• What the exercise asks
A complete copy of the entries, exactly as written, is the expected result.

Saved data entries
*** Begin section ***
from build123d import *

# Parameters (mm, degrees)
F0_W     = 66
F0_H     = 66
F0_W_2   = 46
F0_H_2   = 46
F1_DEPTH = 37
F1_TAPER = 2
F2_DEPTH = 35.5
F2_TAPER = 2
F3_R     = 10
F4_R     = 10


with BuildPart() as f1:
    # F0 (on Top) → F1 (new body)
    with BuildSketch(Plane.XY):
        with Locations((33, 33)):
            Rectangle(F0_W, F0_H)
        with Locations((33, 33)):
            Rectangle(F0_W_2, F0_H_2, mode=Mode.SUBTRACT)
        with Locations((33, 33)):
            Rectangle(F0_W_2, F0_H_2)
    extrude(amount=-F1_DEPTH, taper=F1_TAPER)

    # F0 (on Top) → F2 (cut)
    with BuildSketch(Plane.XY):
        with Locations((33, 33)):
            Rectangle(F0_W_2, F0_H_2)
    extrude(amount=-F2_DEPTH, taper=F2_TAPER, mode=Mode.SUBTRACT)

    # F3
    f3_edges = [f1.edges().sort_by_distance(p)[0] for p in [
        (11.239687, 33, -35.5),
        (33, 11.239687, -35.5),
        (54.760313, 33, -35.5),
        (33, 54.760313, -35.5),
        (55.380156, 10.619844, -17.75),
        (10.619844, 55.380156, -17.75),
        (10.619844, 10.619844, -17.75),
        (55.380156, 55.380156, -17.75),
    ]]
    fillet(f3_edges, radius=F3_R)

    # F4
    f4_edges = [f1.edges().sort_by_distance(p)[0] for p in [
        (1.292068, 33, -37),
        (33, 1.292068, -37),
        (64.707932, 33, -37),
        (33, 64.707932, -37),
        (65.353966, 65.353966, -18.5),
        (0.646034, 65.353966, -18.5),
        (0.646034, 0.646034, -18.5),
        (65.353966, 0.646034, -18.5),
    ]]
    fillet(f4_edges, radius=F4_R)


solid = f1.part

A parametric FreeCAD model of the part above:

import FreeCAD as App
import Part
import Sketcher
from FreeCAD import Vector


def edges_at(feature, points):
    """Names of the edges that pass closest to the given points."""
    edges = feature.Shape.Edges
    near = lambda p: min(range(len(edges)), key=lambda i: edges[i].distToShape(Part.Vertex(*p))[0])
    return sorted({f"Edge{near(p) + 1}" for p in points})

doc = App.newDocument("Part")
body = doc.addObject("PartDesign::Body", "Body")

# Sketch on XY plane
sketch1 = body.newObject("Sketcher::SketchObject", "Sketch")
sketch1.AttachmentSupport = (doc.getObject("XY_Plane"), [""])
sketch1.MapMode = "FlatFace"
sketch1.addGeometry([
    Part.LineSegment(Vector(0, 66, 0), Vector(0, 0, 0)),
    Part.LineSegment(Vector(0, 0, 0), Vector(66, 0, 0)),
    Part.LineSegment(Vector(66, 0, 0), Vector(66, 66, 0)),
    Part.LineSegment(Vector(66, 66, 0), Vector(0, 66, 0)),
], False)
sketch1.addConstraint([
    Sketcher.Constraint("Coincident", 0, 2, 1, 1),
    Sketcher.Constraint("Coincident", 1, 2, 2, 1),
    Sketcher.Constraint("Coincident", 2, 2, 3, 1),
    Sketcher.Constraint("Coincident", 3, 2, 0, 1),
    Sketcher.Constraint("Vertical", 0),
    Sketcher.Constraint("Horizontal", 1),
    Sketcher.Constraint("Vertical", 2),
    Sketcher.Constraint("Horizontal", 3),
    Sketcher.Constraint("Coincident", 0, 2, -1, 1),
    Sketcher.Constraint("Equal", 3, 0),
    Sketcher.Constraint("DistanceX", 1, 1, 1, 2, 66.0),
])
pad1 = body.newObject("PartDesign::Pad", "Pad")
pad1.Profile = sketch1
pad1.Length = 37
pad1.Reversed = True
pad1.TaperAngle = -2

# Sketch on XY plane
sketch2 = body.newObject("Sketcher::SketchObject", "Sketch001")
sketch2.AttachmentSupport = (doc.getObject("XY_Plane"), [""])
sketch2.MapMode = "FlatFace"
sketch2.addGeometry([
    Part.LineSegment(Vector(10, 56, 0), Vector(10, 10, 0)),
    Part.LineSegment(Vector(10, 10, 0), Vector(56, 10, 0)),
    Part.LineSegment(Vector(56, 10, 0), Vector(56, 56, 0)),
    Part.LineSegment(Vector(56, 56, 0), Vector(10, 56, 0)),
], False)
sketch2.addConstraint([
    Sketcher.Constraint("Coincident", 0, 2, 1, 1),
    Sketcher.Constraint("Coincident", 1, 2, 2, 1),
    Sketcher.Constraint("Coincident", 2, 2, 3, 1),
    Sketcher.Constraint("Coincident", 3, 2, 0, 1),
    Sketcher.Constraint("Vertical", 0),
    Sketcher.Constraint("Horizontal", 1),
    Sketcher.Constraint("Vertical", 2),
    Sketcher.Constraint("Horizontal", 3),
    Sketcher.Constraint("Equal", 3, 0),
    Sketcher.Constraint("DistanceX", 1, 1, 1, 2, 46.0),
    Sketcher.Constraint("DistanceX", -1, 1, 0, 2, 10.0),
    Sketcher.Constraint("DistanceY", -1, 1, 0, 2, 10.0),
])
pocket1 = body.newObject("PartDesign::Pocket", "Pocket")
pocket1.Profile = sketch2
pocket1.Length = 35.5
pocket1.TaperAngle = -2
doc.recompute()

fillet = body.newObject("PartDesign::Fillet", "Fillet")
fillet.Base = (pocket1, edges_at(pocket1, [
    (11.24, 33, -35.5),
    (33, 11.24, -35.5),
    (54.76, 33, -35.5),
    (33, 54.76, -35.5),
    (55.38, 10.62, -17.75),
    (10.62, 55.38, -17.75),
    (10.62, 10.62, -17.75),
    (55.38, 55.38, -17.75),
]))
fillet.Radius = 10
doc.recompute()

fillet2 = body.newObject("PartDesign::Fillet", "Fillet001")
fillet2.Base = (fillet, edges_at(fillet, [
    (1.292, 33, -37),
    (33, 1.292, -37),
    (64.708, 33, -37),
    (33, 64.708, -37),
    (65.354, 65.354, -18.5),
    (0.646, 65.354, -18.5),
    (0.646, 0.646, -18.5),
    (65.354, 0.646, -18.5),
]))
fillet2.Radius = 10

doc.recompute()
*** End section ***
• Answer to this task
from build123d import *

# Parameters (mm, degrees)
F0_W     = 66
F0_H     = 66
F0_W_2   = 46
F0_H_2   = 46
F1_DEPTH = 37
F1_TAPER = 2
F2_DEPTH = 35.5
F2_TAPER = 2
F3_R     = 10
F4_R     = 10


with BuildPart() as f1:
    # F0 (on Top) → F1 (new body)
    with BuildSketch(Plane.XY):
        with Locations((33, 33)):
            Rectangle(F0_W, F0_H)
        with Locations((33, 33)):
            Rectangle(F0_W_2, F0_H_2, mode=Mode.SUBTRACT)
        with Locations((33, 33)):
            Rectangle(F0_W_2, F0_H_2)
    extrude(amount=-F1_DEPTH, taper=F1_TAPER)

    # F0 (on Top) → F2 (cut)
    with BuildSketch(Plane.XY):
        with Locations((33, 33)):
            Rectangle(F0_W_2, F0_H_2)
    extrude(amount=-F2_DEPTH, taper=F2_TAPER, mode=Mode.SUBTRACT)

    # F3
    f3_edges = [f1.edges().sort_by_distance(p)[0] for p in [
        (11.239687, 33, -35.5),
        (33, 11.239687, -35.5),
        (54.760313, 33, -35.5),
        (33, 54.760313, -35.5),
        (55.380156, 10.619844, -17.75),
        (10.619844, 55.380156, -17.75),
        (10.619844, 10.619844, -17.75),
        (55.380156, 55.380156, -17.75),
    ]]
    fillet(f3_edges, radius=F3_R)

    # F4
    f4_edges = [f1.edges().sort_by_distance(p)[0] for p in [
        (1.292068, 33, -37),
        (33, 1.292068, -37),
        (64.707932, 33, -37),
        (33, 64.707932, -37),
        (65.353966, 65.353966, -18.5),
        (0.646034, 65.353966, -18.5),
        (0.646034, 0.646034, -18.5),
        (65.353966, 0.646034, -18.5),
    ]]
    fillet(f4_edges, radius=F4_R)


solid = f1.part

A parametric FreeCAD model of the part above:

import FreeCAD as App
import Part
import Sketcher
from FreeCAD import Vector


def edges_at(feature, points):
    """Names of the edges that pass closest to the given points."""
    edges = feature.Shape.Edges
    near = lambda p: min(range(len(edges)), key=lambda i: edges[i].distToShape(Part.Vertex(*p))[0])
    return sorted({f"Edge{near(p) + 1}" for p in points})

doc = App.newDocument("Part")
body = doc.addObject("PartDesign::Body", "Body")

# Sketch on XY plane
sketch1 = body.newObject("Sketcher::SketchObject", "Sketch")
sketch1.AttachmentSupport = (doc.getObject("XY_Plane"), [""])
sketch1.MapMode = "FlatFace"
sketch1.addGeometry([
    Part.LineSegment(Vector(0, 66, 0), Vector(0, 0, 0)),
    Part.LineSegment(Vector(0, 0, 0), Vector(66, 0, 0)),
    Part.LineSegment(Vector(66, 0, 0), Vector(66, 66, 0)),
    Part.LineSegment(Vector(66, 66, 0), Vector(0, 66, 0)),
], False)
sketch1.addConstraint([
    Sketcher.Constraint("Coincident", 0, 2, 1, 1),
    Sketcher.Constraint("Coincident", 1, 2, 2, 1),
    Sketcher.Constraint("Coincident", 2, 2, 3, 1),
    Sketcher.Constraint("Coincident", 3, 2, 0, 1),
    Sketcher.Constraint("Vertical", 0),
    Sketcher.Constraint("Horizontal", 1),
    Sketcher.Constraint("Vertical", 2),
    Sketcher.Constraint("Horizontal", 3),
    Sketcher.Constraint("Coincident", 0, 2, -1, 1),
    Sketcher.Constraint("Equal", 3, 0),
    Sketcher.Constraint("DistanceX", 1, 1, 1, 2, 66.0),
])
pad1 = body.newObject("PartDesign::Pad", "Pad")
pad1.Profile = sketch1
pad1.Length = 37
pad1.Reversed = True
pad1.TaperAngle = -2

# Sketch on XY plane
sketch2 = body.newObject("Sketcher::SketchObject", "Sketch001")
sketch2.AttachmentSupport = (doc.getObject("XY_Plane"), [""])
sketch2.MapMode = "FlatFace"
sketch2.addGeometry([
    Part.LineSegment(Vector(10, 56, 0), Vector(10, 10, 0)),
    Part.LineSegment(Vector(10, 10, 0), Vector(56, 10, 0)),
    Part.LineSegment(Vector(56, 10, 0), Vector(56, 56, 0)),
    Part.LineSegment(Vector(56, 56, 0), Vector(10, 56, 0)),
], False)
sketch2.addConstraint([
    Sketcher.Constraint("Coincident", 0, 2, 1, 1),
    Sketcher.Constraint("Coincident", 1, 2, 2, 1),
    Sketcher.Constraint("Coincident", 2, 2, 3, 1),
    Sketcher.Constraint("Coincident", 3, 2, 0, 1),
    Sketcher.Constraint("Vertical", 0),
    Sketcher.Constraint("Horizontal", 1),
    Sketcher.Constraint("Vertical", 2),
    Sketcher.Constraint("Horizontal", 3),
    Sketcher.Constraint("Equal", 3, 0),
    Sketcher.Constraint("DistanceX", 1, 1, 1, 2, 46.0),
    Sketcher.Constraint("DistanceX", -1, 1, 0, 2, 10.0),
    Sketcher.Constraint("DistanceY", -1, 1, 0, 2, 10.0),
])
pocket1 = body.newObject("PartDesign::Pocket", "Pocket")
pocket1.Profile = sketch2
pocket1.Length = 35.5
pocket1.TaperAngle = -2
doc.recompute()

fillet = body.newObject("PartDesign::Fillet", "Fillet")
fillet.Base = (pocket1, edges_at(pocket1, [
    (11.24, 33, -35.5),
    (33, 11.24, -35.5),
    (54.76, 33, -35.5),
    (33, 54.76, -35.5),
    (55.38, 10.62, -17.75),
    (10.62, 55.38, -17.75),
    (10.62, 10.62, -17.75),
    (55.38, 55.38, -17.75),
]))
fillet.Radius = 10
doc.recompute()

fillet2 = body.newObject("PartDesign::Fillet", "Fillet001")
fillet2.Base = (fillet, edges_at(fillet, [
    (1.292, 33, -37),
    (33, 1.292, -37),
    (64.708, 33, -37),
    (33, 64.708, -37),
    (65.354, 65.354, -18.5),
    (0.646, 65.354, -18.5),
    (0.646, 0.646, -18.5),
    (65.354, 0.646, -18.5),
]))
fillet2.Radius = 10

doc.recompute()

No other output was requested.